The transit method, during which a planet's presence is inferred by measuring the reduction in flux as it passes in front of its parent star, is a highly successful exoplanet detection and characterization technique. During transit, the small fraction of starlight that passes through a planet's atmosphere emerges with the fingerprints of atmospheric gases, aerosols and structure. During eclipse, the relatively small contribution of light from the planet itself may be observed as the planet is occulted by the star. For planets in near-edge-on, short-period orbits, observing the system throughout an entire orbit allows the varying flux from the planet to be extracted as the illuminated `dayside' rotates in and out of view. With spectroscopic observations, we can characterize not only the overall composition of the atmosphere, but also glean insights into atmospheric structure and dynamics. With over 6,000 transiting planets now discovered, such observations are currently our only window into a consistent sample of planetary atmospheres large enough to attempt a population-level study, a critical next step for our understanding of atmospheric science. The vast exoplanet population provides a laboratory for atmospheric physics, including chemistry, dynamics, cloud processes and evolution; extending these results to a larger number of targets will allow us to explore the effects of equilibrium temperature, gravity, mass and parent star type on atmospheric properties, as well as map observable trends to formation scenarios. These findings are critical for addressing STFC's Science Vision Challenge B: how do stars and planetary systems develop and how do they support the existence of life?. Here we outline how the UK must fit within this strategic context, suggest approaches and development for the future, and outline the unique capabilities and leadership of scientists across the UK.

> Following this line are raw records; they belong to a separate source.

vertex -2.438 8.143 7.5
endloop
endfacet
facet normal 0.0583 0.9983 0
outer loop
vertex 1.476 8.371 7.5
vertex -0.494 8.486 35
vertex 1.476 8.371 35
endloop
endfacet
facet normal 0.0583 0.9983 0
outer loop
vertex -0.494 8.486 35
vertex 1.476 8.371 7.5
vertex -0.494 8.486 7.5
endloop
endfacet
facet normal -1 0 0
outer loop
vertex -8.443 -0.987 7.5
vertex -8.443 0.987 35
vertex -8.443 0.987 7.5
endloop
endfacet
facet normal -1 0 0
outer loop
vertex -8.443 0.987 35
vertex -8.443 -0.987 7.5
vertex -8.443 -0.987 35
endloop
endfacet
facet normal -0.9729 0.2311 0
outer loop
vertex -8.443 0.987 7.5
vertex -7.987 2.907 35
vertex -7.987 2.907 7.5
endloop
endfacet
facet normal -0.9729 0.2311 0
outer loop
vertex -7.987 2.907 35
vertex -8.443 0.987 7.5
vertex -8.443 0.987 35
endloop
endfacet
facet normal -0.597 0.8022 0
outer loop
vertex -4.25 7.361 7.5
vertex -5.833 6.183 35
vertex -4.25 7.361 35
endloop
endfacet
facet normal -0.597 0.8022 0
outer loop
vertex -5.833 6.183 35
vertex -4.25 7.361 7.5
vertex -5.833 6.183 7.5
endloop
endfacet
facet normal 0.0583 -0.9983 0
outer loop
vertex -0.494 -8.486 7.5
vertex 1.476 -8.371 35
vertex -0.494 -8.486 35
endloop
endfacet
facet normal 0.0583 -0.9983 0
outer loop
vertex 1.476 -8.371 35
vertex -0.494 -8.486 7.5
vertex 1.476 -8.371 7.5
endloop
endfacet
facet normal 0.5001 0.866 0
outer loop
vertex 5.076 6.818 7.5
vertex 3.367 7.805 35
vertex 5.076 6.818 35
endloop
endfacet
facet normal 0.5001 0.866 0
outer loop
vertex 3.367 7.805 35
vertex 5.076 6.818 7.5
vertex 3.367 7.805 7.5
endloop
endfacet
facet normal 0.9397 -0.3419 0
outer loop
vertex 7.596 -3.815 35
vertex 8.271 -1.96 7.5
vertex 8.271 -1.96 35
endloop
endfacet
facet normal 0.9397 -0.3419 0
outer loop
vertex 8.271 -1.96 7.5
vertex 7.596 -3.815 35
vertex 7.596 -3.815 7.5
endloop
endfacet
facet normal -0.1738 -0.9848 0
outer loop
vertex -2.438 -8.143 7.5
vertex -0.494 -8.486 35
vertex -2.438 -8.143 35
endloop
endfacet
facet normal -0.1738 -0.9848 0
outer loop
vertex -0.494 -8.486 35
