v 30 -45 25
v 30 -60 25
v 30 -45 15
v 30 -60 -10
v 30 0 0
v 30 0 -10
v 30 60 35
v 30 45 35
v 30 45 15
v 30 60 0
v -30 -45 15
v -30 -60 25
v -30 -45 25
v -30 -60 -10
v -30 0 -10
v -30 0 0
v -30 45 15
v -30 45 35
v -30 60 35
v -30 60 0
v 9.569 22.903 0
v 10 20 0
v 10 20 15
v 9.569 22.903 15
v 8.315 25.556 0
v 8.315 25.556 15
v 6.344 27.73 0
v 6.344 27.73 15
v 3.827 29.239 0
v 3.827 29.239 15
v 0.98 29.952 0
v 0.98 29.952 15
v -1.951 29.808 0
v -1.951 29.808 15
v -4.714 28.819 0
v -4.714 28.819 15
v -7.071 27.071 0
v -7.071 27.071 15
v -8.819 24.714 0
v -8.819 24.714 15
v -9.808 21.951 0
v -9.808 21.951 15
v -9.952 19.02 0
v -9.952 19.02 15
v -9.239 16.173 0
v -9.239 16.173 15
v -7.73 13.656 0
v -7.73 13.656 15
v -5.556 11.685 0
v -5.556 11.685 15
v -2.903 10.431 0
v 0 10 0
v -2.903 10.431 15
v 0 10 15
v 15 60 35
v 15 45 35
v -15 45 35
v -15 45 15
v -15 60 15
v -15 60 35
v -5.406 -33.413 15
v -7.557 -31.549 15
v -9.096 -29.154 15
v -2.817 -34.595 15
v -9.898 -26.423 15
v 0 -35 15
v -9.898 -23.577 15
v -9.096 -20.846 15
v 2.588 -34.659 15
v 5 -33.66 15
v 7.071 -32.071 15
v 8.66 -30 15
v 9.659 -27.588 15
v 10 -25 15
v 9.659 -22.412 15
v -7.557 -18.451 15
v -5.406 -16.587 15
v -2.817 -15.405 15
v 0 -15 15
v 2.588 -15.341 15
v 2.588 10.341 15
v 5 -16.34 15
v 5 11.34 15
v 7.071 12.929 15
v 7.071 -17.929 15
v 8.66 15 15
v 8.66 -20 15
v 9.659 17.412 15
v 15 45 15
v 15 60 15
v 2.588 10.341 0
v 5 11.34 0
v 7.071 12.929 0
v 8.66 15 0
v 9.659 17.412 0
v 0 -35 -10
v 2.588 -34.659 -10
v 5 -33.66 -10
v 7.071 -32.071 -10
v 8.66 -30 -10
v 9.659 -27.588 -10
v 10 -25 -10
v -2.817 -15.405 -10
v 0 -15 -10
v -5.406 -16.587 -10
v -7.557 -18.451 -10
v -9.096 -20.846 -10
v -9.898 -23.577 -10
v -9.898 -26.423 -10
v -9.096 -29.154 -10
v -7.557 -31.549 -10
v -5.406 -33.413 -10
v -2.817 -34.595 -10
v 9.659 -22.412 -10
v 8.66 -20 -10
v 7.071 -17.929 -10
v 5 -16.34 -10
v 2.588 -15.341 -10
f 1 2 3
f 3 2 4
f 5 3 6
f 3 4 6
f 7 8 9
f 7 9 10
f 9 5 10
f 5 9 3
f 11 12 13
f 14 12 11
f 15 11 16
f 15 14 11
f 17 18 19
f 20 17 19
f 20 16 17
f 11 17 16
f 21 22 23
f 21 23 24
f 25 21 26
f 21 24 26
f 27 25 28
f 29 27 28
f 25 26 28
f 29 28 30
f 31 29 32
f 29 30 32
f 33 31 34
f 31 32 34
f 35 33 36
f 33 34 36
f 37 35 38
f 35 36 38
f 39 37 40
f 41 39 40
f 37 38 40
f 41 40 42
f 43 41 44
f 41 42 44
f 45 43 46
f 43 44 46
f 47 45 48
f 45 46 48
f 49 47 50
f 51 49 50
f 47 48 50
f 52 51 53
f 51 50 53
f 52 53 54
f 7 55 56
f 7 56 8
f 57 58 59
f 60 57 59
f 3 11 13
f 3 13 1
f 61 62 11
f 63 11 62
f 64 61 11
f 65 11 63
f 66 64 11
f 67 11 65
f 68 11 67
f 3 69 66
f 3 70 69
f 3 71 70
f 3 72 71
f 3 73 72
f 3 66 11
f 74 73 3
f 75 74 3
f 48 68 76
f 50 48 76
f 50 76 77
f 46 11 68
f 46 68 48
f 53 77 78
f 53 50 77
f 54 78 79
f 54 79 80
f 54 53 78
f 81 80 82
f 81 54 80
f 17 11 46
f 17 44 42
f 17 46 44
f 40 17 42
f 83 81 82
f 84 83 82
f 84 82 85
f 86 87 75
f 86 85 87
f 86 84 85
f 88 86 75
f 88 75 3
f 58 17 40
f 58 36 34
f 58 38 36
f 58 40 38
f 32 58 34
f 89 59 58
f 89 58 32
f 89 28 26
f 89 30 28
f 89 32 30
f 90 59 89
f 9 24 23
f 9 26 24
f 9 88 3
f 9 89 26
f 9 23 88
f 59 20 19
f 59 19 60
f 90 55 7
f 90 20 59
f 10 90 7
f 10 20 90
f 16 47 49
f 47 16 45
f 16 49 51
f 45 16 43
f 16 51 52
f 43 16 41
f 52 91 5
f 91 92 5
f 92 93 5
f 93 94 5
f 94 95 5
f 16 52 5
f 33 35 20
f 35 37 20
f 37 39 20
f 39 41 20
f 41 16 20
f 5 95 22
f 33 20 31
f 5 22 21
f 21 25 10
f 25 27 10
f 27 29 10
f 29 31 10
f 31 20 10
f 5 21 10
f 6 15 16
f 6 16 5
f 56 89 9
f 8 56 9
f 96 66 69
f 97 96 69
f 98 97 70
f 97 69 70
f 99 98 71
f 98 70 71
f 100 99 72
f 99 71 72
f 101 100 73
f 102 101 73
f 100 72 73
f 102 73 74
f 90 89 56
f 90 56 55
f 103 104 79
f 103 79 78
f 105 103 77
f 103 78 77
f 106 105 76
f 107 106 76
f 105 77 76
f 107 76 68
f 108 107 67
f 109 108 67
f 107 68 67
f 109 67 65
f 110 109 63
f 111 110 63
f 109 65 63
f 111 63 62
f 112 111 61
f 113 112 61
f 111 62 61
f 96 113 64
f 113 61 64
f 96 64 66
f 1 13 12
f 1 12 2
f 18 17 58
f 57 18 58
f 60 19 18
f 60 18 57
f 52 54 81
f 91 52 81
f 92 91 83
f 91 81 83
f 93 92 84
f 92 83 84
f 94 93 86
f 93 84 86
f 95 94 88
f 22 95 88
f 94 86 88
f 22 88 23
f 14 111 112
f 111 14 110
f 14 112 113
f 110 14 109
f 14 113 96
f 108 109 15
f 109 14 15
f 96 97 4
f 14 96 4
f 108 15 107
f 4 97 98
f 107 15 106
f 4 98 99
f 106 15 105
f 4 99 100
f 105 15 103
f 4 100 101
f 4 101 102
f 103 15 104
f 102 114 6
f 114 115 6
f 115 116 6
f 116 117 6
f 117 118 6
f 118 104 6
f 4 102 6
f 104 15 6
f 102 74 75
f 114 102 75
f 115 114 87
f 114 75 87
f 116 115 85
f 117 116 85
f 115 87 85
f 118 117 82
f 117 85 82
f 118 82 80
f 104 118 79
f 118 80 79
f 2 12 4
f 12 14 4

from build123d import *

# Parameters (mm, degrees)
F0_W     = 60
F0_H     = 15
F0_H_2   = 45
F1_DEPTH = 10
F2_DEPTH = 25
F3_DEPTH = 15
F0_W_2   = 15
F4_DEPTH = 15
F5_W     = 15
F5_H     = 15
F6_DEPTH = 20
F8_DEPTH = 40


with BuildPart() as f1:
    # F0 (on Top) → F1 (new body)
    with BuildSketch(Plane.XY):
        with Locations((0, -52.5)):
            Rectangle(F0_W, F0_H)
        with Locations((0, -22.5)):
            Rectangle(F0_W, F0_H_2)
    extrude(amount=-F1_DEPTH)

    # F0 (on Top) → F2 (join)
    with BuildSketch(Plane.XY):
        with Locations((0, -52.5)):
            Rectangle(F0_W, F0_H)
    extrude(amount=F2_DEPTH)

    # F0 (on Top) → F3 (join)
    with BuildSketch(Plane.XY):
        with Locations((0, -22.5)):
            Rectangle(F0_W, F0_H_2)
    extrude(amount=F3_DEPTH)

    # F0 (on Top) → F4 (join, through all)
    with BuildSketch(Plane.XY):
        with Locations((22.5, 52.5)):
            Rectangle(F0_W_2, F0_H)
        Polygon((15, 45), (15, 60), (-15, 60), (-15, 45), (-30, 45), (-30, 0), (30, 0), (30, 45), align=None)
        with Locations((-22.5, 52.5)):
            Rectangle(F0_W_2, F0_H)
    extrude(amount=F4_DEPTH)

    # F5 (on face) → F6 (join)
    with BuildSketch(Plane.XY.offset(15)):
        with Locations((-22.5, 52.5)):
            Rectangle(F5_W, F5_H)
        with Locations((22.5, 52.5)):
            Rectangle(F5_W, F5_H)
    extrude(amount=F6_DEPTH)

    # F7 (on face) → F8 (cut)
    with BuildSketch(Plane.XY.offset(15)):
        with BuildLine():
            ThreePointArc((10, 20), (-7.071068, 27.071068), (0, 10))
            ThreePointArc((0, 10), (7.071068, 12.928932), (10, 20))
        make_face()
        with BuildLine():
            Line((0, -25), (0, -35))
            ThreePointArc((0, -35), (7.071068, -32.071068), (10, -25))
            ThreePointArc((10, -25), (7.071068, -17.928932), (0, -15))
            Line((0, -15), (0, -25))
        make_face()
        with BuildLine():
            ThreePointArc((0, -15), (-10, -25), (0, -35))
            Line((0, -35), (0, -25))
            Line((0, -25), (0, -15))
        make_face()
    extrude(amount=-F8_DEPTH, mode=Mode.SUBTRACT)


solid = f1.part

Paper Structure (7 sections, 2 figures)

This paper contains 7 sections, 2 figures.

Figures (2)

  • Figure 1: Figure 1: Illustration of the transit method and the measured deviation in flux caused by the transit, eclipse, and phase curve of a tidally locked planet.

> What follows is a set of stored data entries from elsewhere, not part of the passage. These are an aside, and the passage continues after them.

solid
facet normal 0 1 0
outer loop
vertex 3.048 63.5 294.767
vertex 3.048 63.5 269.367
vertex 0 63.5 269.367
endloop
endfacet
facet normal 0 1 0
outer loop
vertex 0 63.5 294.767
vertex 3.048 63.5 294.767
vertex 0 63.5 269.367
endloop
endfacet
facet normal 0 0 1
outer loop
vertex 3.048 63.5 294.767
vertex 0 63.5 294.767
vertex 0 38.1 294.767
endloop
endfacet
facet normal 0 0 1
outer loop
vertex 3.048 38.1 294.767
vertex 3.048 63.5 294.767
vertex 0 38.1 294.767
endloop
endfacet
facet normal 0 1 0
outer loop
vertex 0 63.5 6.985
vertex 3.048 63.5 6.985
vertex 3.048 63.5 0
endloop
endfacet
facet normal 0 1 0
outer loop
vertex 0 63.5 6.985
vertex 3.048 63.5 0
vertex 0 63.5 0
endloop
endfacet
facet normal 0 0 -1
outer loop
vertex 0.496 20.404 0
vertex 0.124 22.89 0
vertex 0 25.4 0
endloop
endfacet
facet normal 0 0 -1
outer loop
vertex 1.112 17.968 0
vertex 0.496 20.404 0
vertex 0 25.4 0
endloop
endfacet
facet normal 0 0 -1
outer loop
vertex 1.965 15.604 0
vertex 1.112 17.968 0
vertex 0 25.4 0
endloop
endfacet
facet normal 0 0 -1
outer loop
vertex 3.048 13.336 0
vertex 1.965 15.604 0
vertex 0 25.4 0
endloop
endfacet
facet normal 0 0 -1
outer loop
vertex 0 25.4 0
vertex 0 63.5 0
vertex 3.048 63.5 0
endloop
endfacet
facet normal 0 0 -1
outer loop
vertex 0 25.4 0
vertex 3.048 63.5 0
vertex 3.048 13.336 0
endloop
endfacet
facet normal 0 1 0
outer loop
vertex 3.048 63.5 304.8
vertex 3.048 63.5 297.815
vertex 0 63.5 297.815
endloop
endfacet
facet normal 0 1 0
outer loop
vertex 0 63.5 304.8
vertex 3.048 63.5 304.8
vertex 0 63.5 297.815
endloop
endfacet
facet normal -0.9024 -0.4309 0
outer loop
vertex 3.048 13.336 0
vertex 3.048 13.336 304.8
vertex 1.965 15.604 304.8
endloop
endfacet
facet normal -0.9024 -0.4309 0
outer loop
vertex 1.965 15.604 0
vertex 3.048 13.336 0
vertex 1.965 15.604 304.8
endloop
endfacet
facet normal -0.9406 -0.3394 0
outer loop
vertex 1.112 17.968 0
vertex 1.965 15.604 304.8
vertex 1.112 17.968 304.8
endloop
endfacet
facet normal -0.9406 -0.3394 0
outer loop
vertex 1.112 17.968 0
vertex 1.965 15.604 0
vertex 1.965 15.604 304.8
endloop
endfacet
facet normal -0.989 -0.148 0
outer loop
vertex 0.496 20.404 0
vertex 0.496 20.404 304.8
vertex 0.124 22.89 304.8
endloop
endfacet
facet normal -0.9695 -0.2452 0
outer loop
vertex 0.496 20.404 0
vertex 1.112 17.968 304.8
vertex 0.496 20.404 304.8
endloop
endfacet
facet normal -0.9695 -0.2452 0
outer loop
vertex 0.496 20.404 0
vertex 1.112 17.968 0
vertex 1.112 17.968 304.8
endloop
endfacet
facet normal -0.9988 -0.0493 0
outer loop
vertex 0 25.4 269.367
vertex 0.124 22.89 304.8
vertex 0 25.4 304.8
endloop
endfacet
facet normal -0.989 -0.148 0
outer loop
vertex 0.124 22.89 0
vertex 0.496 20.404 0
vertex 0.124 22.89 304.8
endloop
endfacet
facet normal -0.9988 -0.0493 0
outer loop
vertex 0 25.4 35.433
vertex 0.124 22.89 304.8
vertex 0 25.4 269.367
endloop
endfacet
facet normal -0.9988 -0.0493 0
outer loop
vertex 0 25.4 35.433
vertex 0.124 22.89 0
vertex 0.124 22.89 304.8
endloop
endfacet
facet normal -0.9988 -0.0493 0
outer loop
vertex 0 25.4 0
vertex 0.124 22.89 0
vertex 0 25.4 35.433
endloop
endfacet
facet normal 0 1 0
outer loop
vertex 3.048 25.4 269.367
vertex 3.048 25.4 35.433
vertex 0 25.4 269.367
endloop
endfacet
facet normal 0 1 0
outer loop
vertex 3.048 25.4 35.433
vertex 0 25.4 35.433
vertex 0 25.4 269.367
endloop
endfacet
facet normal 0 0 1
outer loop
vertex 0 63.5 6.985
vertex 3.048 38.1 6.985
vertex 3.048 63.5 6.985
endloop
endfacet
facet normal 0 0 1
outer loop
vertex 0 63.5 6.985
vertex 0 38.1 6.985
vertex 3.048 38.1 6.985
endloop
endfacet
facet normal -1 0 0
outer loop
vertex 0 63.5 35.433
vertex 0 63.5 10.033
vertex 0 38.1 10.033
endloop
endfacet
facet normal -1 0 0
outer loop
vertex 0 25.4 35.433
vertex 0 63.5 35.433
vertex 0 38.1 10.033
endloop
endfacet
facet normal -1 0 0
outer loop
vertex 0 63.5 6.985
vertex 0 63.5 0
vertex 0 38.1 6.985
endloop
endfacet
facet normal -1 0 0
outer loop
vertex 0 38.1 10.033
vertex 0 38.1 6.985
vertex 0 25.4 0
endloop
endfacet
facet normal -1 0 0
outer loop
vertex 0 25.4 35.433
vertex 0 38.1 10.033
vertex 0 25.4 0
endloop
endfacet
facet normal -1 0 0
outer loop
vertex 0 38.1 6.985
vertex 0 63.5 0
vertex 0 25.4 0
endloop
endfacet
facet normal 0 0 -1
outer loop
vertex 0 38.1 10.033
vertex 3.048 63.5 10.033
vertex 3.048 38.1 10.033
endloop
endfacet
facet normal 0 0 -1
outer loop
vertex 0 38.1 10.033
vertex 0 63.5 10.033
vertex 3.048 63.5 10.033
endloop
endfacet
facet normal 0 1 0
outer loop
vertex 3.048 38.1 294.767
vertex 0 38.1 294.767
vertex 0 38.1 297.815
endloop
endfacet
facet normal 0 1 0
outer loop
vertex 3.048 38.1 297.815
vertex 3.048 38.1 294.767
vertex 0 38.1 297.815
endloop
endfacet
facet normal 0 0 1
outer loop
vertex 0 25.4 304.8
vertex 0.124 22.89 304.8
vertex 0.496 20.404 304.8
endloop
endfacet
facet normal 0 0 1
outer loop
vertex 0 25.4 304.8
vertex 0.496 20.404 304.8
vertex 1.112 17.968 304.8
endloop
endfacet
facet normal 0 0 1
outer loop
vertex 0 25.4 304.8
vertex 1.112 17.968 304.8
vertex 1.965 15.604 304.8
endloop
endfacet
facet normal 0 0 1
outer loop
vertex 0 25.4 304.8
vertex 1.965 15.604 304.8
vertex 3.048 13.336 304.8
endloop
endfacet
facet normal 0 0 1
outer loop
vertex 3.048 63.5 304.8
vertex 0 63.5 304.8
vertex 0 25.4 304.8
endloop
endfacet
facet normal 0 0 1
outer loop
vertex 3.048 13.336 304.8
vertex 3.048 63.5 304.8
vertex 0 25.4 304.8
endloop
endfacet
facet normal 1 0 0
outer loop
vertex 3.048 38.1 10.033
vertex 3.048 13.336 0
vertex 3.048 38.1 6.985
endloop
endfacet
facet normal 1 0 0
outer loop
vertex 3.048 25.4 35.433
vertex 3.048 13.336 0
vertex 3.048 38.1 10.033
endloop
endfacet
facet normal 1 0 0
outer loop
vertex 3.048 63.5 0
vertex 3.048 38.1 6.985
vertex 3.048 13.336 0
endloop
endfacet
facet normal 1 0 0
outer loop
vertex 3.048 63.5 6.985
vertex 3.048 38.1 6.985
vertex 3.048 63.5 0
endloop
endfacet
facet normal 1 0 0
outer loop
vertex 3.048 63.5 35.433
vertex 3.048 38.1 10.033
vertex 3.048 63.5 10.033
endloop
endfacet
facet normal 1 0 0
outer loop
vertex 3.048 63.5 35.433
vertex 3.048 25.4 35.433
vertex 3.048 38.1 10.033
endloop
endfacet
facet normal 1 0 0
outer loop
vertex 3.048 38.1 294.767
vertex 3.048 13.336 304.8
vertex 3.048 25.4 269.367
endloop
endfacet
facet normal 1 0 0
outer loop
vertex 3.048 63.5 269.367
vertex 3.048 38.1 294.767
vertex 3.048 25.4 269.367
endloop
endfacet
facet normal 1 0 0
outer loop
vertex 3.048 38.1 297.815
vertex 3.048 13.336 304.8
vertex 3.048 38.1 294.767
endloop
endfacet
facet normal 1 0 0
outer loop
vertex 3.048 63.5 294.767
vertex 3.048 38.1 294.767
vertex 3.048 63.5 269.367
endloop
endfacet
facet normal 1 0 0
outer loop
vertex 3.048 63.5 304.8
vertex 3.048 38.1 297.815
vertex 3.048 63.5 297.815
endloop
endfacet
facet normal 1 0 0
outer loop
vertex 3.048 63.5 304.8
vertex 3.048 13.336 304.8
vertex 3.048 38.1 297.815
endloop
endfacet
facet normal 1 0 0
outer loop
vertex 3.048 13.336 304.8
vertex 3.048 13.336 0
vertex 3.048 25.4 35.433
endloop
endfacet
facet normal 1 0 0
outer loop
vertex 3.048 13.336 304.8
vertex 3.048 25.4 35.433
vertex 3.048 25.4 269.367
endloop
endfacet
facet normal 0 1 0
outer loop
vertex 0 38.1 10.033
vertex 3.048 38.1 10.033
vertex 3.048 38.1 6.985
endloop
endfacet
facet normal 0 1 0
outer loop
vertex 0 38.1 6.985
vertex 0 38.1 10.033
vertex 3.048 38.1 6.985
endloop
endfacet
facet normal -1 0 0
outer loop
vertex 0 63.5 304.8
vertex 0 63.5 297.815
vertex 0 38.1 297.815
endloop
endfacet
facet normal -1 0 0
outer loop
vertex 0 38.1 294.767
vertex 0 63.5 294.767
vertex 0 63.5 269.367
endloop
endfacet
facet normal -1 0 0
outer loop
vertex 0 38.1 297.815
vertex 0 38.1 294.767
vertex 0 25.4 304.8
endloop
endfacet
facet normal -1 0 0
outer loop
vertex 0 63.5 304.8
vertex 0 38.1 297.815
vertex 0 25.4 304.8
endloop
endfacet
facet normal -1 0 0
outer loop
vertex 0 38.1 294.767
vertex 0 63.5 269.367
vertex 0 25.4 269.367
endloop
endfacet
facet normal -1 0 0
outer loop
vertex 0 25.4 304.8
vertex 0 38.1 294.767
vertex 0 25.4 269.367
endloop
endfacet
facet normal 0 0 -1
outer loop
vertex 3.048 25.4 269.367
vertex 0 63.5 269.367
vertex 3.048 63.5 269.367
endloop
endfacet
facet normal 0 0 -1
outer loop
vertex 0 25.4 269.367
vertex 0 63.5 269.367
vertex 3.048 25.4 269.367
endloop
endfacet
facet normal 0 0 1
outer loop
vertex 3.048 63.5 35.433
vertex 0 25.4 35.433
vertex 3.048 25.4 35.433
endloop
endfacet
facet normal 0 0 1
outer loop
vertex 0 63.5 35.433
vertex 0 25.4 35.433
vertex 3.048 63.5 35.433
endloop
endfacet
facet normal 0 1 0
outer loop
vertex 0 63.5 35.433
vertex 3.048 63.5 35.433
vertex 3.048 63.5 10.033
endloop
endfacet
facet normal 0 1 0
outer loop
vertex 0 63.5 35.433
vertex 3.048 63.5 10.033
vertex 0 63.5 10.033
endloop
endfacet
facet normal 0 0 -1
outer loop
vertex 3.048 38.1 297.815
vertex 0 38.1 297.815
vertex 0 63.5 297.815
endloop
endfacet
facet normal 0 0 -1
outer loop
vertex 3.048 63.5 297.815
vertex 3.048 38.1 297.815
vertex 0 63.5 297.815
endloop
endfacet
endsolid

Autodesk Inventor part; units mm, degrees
ref_plane "YZ Plane" through (0, 0, 0) normal (1, 0, 0) x (0, 1, 0)
ref_plane "XZ Plane" through (0, 0, 0) normal (0, 1, 0) x (-1, 0, 0)
ref_plane "XY Plane" through (0, 0, 0) normal (0, 0, 1) x (1, 0, 0)
sketch "Sketch1" plane through (0, 0, 0) normal (0, 0, 1) x (1, 0, 0)
  line L0 (25.4, 0) -> (146.304, 0)
  line L1 (171.704, 25.4) -> (171.704, 63.5)
  line L2 (171.704, 63.5) -> (0, 63.5)
  line L3 (0, 63.5) -> (0, 25.4)
  arc A0 (0, 25.4) -> (25.4, 0) centre (25.4, 25.4) ccw
  arc A1 (146.304, 0) -> (171.704, 25.4) centre (146.304, 25.4) ccw
  point P0 (0, 0)
  dimension "d0" = 171.704
  dimension "d2" = 50.8
  dimension "d3" = 50.8
  dimension "d4" = 63.5
  dimension "d5" = 63.5
  dimension "d6" = 0
extrude "Extrusion1" add sketch "Sketch1" along normal blind 304.8
sketch "Sketch2" plane through (0, 0, 304.8) normal (0, 0, 1) x (1, 0, 0)
  line L0 (25.4, 0) -> (146.304, 0) projected
  line L1 (3.048, 63.5) -> (206.248, 63.5)
  line L2 (206.248, 63.5) -> (206.248, 0)
  line L3 (206.248, 0) -> (3.048, 0)
  line L4 (3.048, 0) -> (3.048, 63.5)
  line L5 (171.704, 63.5) -> (0, 63.5) projected
  line L6 (0, 63.5) -> (0, 25.4) projected
  point P0 (0, 0)
  dimension "d9" = 0
  dimension "d10" = 203.2
  dimension "d11" = 3.048
extrude "Extrusion2" cut sketch "Sketch2" against normal through all
sketch "Sketch5" plane through (0, 25.4, 0) normal (-1, 0, 0) x (0, 0, 1)
  line L0 (6.985, 38.1) -> (10.033, 38.1)
  line L1 (10.033, 38.1) -> (10.033, 12.7)
  line L2 (10.033, 12.7) -> (6.985, 12.7)
  line L3 (6.985, 12.7) -> (6.985, 38.1)
  line L4 (0, 38.1) -> (304.8, 38.1) projected
  line L5 (0, 38.1) -> (0, 0) projected
  line L6 (152.4, 38.1) -> (152.4, 0)
  line L7 (0, 0) -> (304.8, 0) projected
  line L8 (297.815, 38.1) -> (294.767, 38.1)
  line L9 (294.767, 38.1) -> (294.767, 12.7)
  line L10 (294.767, 12.7) -> (297.815, 12.7)
  line L11 (297.815, 12.7) -> (297.815, 38.1)
  line L12 (304.8, 38.1) -> (0, 38.1)
  line L13 (304.8, 38.1) -> (304.8, 0)
  point P0 (0, -25.4)
  point P1 (297.815, 38.1)
  point P2 (294.767, 38.1)
  dimension "d22" = 3.048
  dimension "d23" = 25.4
  dimension "d24" = 0
  dimension "d25" = 6.985
extrude "Extrusion5" cut sketch "Sketch5" against normal through all contours L0 L1 L2 L3 | L4 L11 L10 L9
sketch "Sketch6" plane through (0, 25.4, 0) normal (-1, 0, 0) x (0, 0, 1)
  line L0 (10.033, 38.1) -> (294.767, 38.1) projected
  line L1 (0, 0) -> (304.8, 0) projected
  line L2 (35.433, 38.1) -> (269.367, 38.1)
  line L3 (269.367, 38.1) -> (269.367, 0)
  line L4 (269.367, 0) -> (35.433, 0)
  line L5 (35.433, 0) -> (35.433, 38.1)
  line L6 (10.033, 38.1) -> (10.033, 12.7) projected
  line L7 (294.767, 12.7) -> (294.767, 38.1) projected
  point P0 (0, -25.4)
  point P1 (35.433, 0)
  dimension "d28" = 25.4
  dimension "d29" = 25.4
extrude "Extrusion6" cut sketch "Sketch6" against normal through all
properties part number "Battery_container_side"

  • Figure 2: Figure 2: Top -- the total planetary flux as measured in flux units for cloud-free planetary atmospheres. Bottom -- the percent contribution of reflected light to the total flux as a function of wavelength ($R$ = 300). Colored bands in the top panel show the photometric (hashed) and spectroscopic (solid) coverage from current and future facilities over this wavelength range. Figure updated from Mayorga2019AJ and included with permission of L. C. Mayorga.